* **Try it**: Among the lines below, keep only those from the one containing "#138=ORIENTED_EDGE('',*,*,#137,.T.);" through the one containing "FreeCAD Python script", and reproduce them exactly.

Stored items:
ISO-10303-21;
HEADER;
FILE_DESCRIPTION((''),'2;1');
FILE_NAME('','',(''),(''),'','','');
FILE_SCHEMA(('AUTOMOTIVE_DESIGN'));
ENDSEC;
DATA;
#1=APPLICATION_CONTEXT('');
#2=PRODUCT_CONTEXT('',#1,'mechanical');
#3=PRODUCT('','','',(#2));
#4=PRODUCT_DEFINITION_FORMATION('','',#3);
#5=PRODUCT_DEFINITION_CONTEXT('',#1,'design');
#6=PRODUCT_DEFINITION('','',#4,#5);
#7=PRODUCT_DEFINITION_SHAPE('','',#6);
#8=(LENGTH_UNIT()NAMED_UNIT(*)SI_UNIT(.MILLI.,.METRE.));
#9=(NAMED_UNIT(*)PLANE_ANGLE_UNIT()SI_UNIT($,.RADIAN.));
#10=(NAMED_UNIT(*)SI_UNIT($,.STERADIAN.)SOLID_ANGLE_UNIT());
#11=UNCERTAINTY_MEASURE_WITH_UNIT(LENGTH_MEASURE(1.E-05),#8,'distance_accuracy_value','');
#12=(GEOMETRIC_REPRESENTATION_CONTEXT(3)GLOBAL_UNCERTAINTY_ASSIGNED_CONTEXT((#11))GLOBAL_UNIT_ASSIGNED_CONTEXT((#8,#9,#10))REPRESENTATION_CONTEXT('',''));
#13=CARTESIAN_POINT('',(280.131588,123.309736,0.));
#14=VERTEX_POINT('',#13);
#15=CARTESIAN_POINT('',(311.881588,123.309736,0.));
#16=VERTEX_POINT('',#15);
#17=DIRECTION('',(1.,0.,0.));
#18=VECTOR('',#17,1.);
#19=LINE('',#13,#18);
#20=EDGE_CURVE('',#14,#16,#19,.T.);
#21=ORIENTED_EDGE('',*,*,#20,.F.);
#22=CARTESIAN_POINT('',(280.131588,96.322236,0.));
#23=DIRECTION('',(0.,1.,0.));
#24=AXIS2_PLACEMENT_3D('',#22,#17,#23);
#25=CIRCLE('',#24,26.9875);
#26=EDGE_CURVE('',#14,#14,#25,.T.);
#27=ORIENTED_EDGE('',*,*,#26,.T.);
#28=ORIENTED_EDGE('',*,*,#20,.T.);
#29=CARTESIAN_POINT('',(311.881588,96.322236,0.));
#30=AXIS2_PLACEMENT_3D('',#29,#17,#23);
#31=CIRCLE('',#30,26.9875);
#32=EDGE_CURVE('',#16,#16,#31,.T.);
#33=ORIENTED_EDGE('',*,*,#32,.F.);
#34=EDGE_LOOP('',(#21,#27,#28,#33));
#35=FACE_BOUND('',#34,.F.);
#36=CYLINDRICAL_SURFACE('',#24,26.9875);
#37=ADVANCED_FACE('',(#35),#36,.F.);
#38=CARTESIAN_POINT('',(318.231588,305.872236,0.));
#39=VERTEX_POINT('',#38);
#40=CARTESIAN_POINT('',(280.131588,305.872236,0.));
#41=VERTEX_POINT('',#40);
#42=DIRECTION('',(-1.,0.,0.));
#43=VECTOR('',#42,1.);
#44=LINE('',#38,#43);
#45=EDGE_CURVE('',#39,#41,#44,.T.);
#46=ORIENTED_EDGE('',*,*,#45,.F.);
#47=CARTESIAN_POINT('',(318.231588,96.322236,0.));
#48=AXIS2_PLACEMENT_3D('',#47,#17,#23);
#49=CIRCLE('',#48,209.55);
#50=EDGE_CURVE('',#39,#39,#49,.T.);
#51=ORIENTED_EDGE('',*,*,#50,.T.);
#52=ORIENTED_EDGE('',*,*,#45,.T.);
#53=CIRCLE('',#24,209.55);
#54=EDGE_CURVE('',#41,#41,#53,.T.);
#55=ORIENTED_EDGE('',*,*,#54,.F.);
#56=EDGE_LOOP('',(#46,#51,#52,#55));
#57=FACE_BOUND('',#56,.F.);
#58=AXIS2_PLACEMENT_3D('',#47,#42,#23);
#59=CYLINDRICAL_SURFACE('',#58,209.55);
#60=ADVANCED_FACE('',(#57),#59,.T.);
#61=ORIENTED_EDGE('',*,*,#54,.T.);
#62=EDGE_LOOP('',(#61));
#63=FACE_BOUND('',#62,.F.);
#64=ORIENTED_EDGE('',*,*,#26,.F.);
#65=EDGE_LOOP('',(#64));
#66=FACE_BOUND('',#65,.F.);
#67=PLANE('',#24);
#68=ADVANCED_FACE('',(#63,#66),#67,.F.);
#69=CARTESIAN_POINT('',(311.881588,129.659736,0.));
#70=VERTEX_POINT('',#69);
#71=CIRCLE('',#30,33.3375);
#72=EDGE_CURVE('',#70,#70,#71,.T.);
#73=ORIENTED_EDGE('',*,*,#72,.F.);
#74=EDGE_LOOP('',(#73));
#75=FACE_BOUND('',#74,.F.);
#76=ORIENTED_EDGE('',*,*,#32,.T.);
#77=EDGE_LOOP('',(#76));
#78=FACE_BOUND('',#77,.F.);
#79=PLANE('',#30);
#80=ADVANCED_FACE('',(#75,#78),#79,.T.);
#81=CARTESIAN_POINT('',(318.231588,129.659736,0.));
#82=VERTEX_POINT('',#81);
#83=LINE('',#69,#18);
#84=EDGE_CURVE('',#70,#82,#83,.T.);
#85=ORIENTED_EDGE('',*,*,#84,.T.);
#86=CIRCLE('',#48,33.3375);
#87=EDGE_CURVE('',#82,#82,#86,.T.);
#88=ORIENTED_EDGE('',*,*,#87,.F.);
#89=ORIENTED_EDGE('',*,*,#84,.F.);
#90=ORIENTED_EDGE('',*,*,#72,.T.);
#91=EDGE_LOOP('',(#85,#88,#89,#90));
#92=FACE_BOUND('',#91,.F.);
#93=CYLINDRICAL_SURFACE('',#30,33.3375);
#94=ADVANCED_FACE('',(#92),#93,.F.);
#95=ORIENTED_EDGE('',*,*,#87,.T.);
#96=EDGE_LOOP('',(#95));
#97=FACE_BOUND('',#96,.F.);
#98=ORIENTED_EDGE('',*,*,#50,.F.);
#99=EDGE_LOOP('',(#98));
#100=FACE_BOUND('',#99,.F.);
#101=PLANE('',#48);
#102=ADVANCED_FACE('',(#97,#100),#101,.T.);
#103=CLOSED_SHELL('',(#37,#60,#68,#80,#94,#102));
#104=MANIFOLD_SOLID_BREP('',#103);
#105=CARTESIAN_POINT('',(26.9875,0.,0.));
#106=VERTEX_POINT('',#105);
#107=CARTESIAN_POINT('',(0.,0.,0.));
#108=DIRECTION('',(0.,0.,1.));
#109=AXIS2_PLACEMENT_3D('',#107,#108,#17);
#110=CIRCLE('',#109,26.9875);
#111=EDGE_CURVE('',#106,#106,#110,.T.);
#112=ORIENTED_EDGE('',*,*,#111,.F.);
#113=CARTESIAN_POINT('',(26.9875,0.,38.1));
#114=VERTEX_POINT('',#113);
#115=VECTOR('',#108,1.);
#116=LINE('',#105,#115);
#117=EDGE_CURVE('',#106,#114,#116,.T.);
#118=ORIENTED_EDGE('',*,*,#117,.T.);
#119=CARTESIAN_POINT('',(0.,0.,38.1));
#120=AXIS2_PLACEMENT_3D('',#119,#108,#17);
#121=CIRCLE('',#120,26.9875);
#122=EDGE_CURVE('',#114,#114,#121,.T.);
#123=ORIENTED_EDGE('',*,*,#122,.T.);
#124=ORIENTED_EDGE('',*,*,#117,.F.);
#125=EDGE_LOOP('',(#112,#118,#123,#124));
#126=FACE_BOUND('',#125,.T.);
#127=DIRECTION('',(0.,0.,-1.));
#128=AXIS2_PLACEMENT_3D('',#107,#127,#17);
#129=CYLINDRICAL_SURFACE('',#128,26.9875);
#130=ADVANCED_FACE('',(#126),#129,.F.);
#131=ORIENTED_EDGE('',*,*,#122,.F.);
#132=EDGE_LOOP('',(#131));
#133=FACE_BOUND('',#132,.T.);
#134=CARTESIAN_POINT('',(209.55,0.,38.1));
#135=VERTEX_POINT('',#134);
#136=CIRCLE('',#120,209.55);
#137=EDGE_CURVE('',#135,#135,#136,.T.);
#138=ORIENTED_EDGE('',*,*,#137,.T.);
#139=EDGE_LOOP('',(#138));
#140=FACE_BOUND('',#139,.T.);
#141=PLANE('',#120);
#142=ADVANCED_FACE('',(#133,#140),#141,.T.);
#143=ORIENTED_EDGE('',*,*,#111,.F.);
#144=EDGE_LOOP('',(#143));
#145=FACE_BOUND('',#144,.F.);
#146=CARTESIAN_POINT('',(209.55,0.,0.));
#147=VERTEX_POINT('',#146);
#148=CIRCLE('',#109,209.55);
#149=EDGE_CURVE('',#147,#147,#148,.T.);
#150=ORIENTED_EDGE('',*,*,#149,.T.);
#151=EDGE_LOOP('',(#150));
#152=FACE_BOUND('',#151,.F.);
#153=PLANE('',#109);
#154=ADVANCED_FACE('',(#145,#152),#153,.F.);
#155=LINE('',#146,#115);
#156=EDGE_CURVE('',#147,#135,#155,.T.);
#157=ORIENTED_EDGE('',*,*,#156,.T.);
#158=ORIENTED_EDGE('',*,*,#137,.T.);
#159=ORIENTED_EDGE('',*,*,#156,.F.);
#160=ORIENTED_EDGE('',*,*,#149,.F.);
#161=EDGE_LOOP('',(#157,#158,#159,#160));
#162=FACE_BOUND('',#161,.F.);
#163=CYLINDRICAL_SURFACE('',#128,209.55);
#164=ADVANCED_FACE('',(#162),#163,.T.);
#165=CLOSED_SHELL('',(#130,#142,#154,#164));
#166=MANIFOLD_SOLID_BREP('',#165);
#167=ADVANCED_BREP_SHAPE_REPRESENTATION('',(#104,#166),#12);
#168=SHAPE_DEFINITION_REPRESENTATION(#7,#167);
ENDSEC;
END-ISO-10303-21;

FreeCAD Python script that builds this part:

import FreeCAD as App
import Part
import Sketcher
Q = App.Units.Quantity


def add_polygon(sketch, points):
    """Adds a closed chain of lines whose ends are joined by coincident constraints."""
    first, n = sketch.GeometryCount, len(points)
    for a, b in zip(points, points[1:] + points[:1]):
        sketch.addGeometry(Part.LineSegment(App.Vector(*a, 0), App.Vector(*b, 0)), False)
    for i in range(n):
        sketch.addConstraint(Sketcher.Constraint("Coincident", first + i, 2, first + (i + 1) % n, 1))

doc = App.newDocument("Part")
body = doc.addObject("PartDesign::Body", "Body")

# Sketch on XY plane
sketch1 = body.newObject("Sketcher::SketchObject", "Sketch")
sketch1.AttachmentSupport = (doc.getObject("XY_Plane"), [""])
sketch1.MapMode = "FlatFace"
sketch1.addGeometry([
    Part.Circle(App.Vector(0, 0, 0), App.Vector(0, 0, 1), 210),
    Part.Circle(App.Vector(0, 0, 0), App.Vector(0, 0, 1), 27),
], False)
sketch1.addConstraint([
    Sketcher.Constraint("Coincident", 0, 3, -1, 1),
    Sketcher.Constraint("Coincident", 1, 3, -1, 1),
    Sketcher.Constraint("Diameter", 0, Q("16.5 in")),
    Sketcher.Constraint("Diameter", 1, Q("2.125 in")),
])
pad1 = body.newObject("PartDesign::Pad", "Pad")
pad1.Profile = sketch1
pad1.Length = Q("1.5 in")
body2 = doc.addObject("PartDesign::Body", "Body001")

# Sketch on XY plane
sketch2 = body2.newObject("Sketcher::SketchObject", "Sketch001")
sketch2.AttachmentSupport = (doc.getObject("XY_Plane001"), [""])
sketch2.MapMode = "FlatFace"
add_polygon(sketch2, [(280, 123), (312, 123), (312, 130), (318, 130), (318, 306), (280, 306)])  # lines 0-5
sketch2.addGeometry(Part.LineSegment(App.Vector(280, 96, 0), App.Vector(318, 96, 0)), True)  # axis
sketch2.addConstraint([
    Sketcher.Constraint("Horizontal", 0),
    Sketcher.Constraint("Vertical", 1),
    Sketcher.Constraint("Horizontal", 2),
    Sketcher.Constraint("Vertical", 3),
    Sketcher.Constraint("Horizontal", 4),
    Sketcher.Constraint("Vertical", 5),
    Sketcher.Constraint("Horizontal", 6),
    Sketcher.Constraint("Vertical", 5, 2, 6, 1),
    Sketcher.Constraint("Vertical", 3, 2, 6, 2),
    Sketcher.Constraint("Equal", 2, 1),
    Sketcher.Constraint("DistanceX", 4, 2, 4, 1, Q("1.5 in")),
    Sketcher.Constraint("DistanceX", 0, 1, 0, 2, Q("1.25 in")),
    Sketcher.Constraint("DistanceY", 3, 1, 3, 2, Q("6.9375 in")),
    Sketcher.Constraint("DistanceY", 6, 1, 4, 2, Q("8.25 in")),
    Sketcher.Constraint("DistanceX", -1, 1, 0, 2, 311.881588),
    Sketcher.Constraint("DistanceY", -1, 1, 0, 2, 123.309736),
])
revolution = body2.newObject("PartDesign::Revolution", "Revolution")
revolution.Profile = sketch2
revolution.ReferenceAxis = (sketch2, ["Axis0"])
revolution.Angle = 360

doc.recompute()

* **Result of this exercise**:
#138=ORIENTED_EDGE('',*,*,#137,.T.);
#139=EDGE_LOOP('',(#138));
#140=FACE_BOUND('',#139,.T.);
#141=PLANE('',#120);
#142=ADVANCED_FACE('',(#133,#140),#141,.T.);
#143=ORIENTED_EDGE('',*,*,#111,.F.);
#144=EDGE_LOOP('',(#143));
#145=FACE_BOUND('',#144,.F.);
#146=CARTESIAN_POINT('',(209.55,0.,0.));
#147=VERTEX_POINT('',#146);
#148=CIRCLE('',#109,209.55);
#149=EDGE_CURVE('',#147,#147,#148,.T.);
#150=ORIENTED_EDGE('',*,*,#149,.T.);
#151=EDGE_LOOP('',(#150));
#152=FACE_BOUND('',#151,.F.);
#153=PLANE('',#109);
#154=ADVANCED_FACE('',(#145,#152),#153,.F.);
#155=LINE('',#146,#115);
#156=EDGE_CURVE('',#147,#135,#155,.T.);
#157=ORIENTED_EDGE('',*,*,#156,.T.);
#158=ORIENTED_EDGE('',*,*,#137,.T.);
#159=ORIENTED_EDGE('',*,*,#156,.F.);
#160=ORIENTED_EDGE('',*,*,#149,.F.);
#161=EDGE_LOOP('',(#157,#158,#159,#160));
#162=FACE_BOUND('',#161,.F.);
#163=CYLINDRICAL_SURFACE('',#128,209.55);
#164=ADVANCED_FACE('',(#162),#163,.T.);
#165=CLOSED_SHELL('',(#130,#142,#154,#164));
#166=MANIFOLD_SOLID_BREP('',#165);
#167=ADVANCED_BREP_SHAPE_REPRESENTATION('',(#104,#166),#12);
#168=SHAPE_DEFINITION_REPRESENTATION(#7,#167);
ENDSEC;
END-ISO-10303-21;

FreeCAD Python script that builds this part:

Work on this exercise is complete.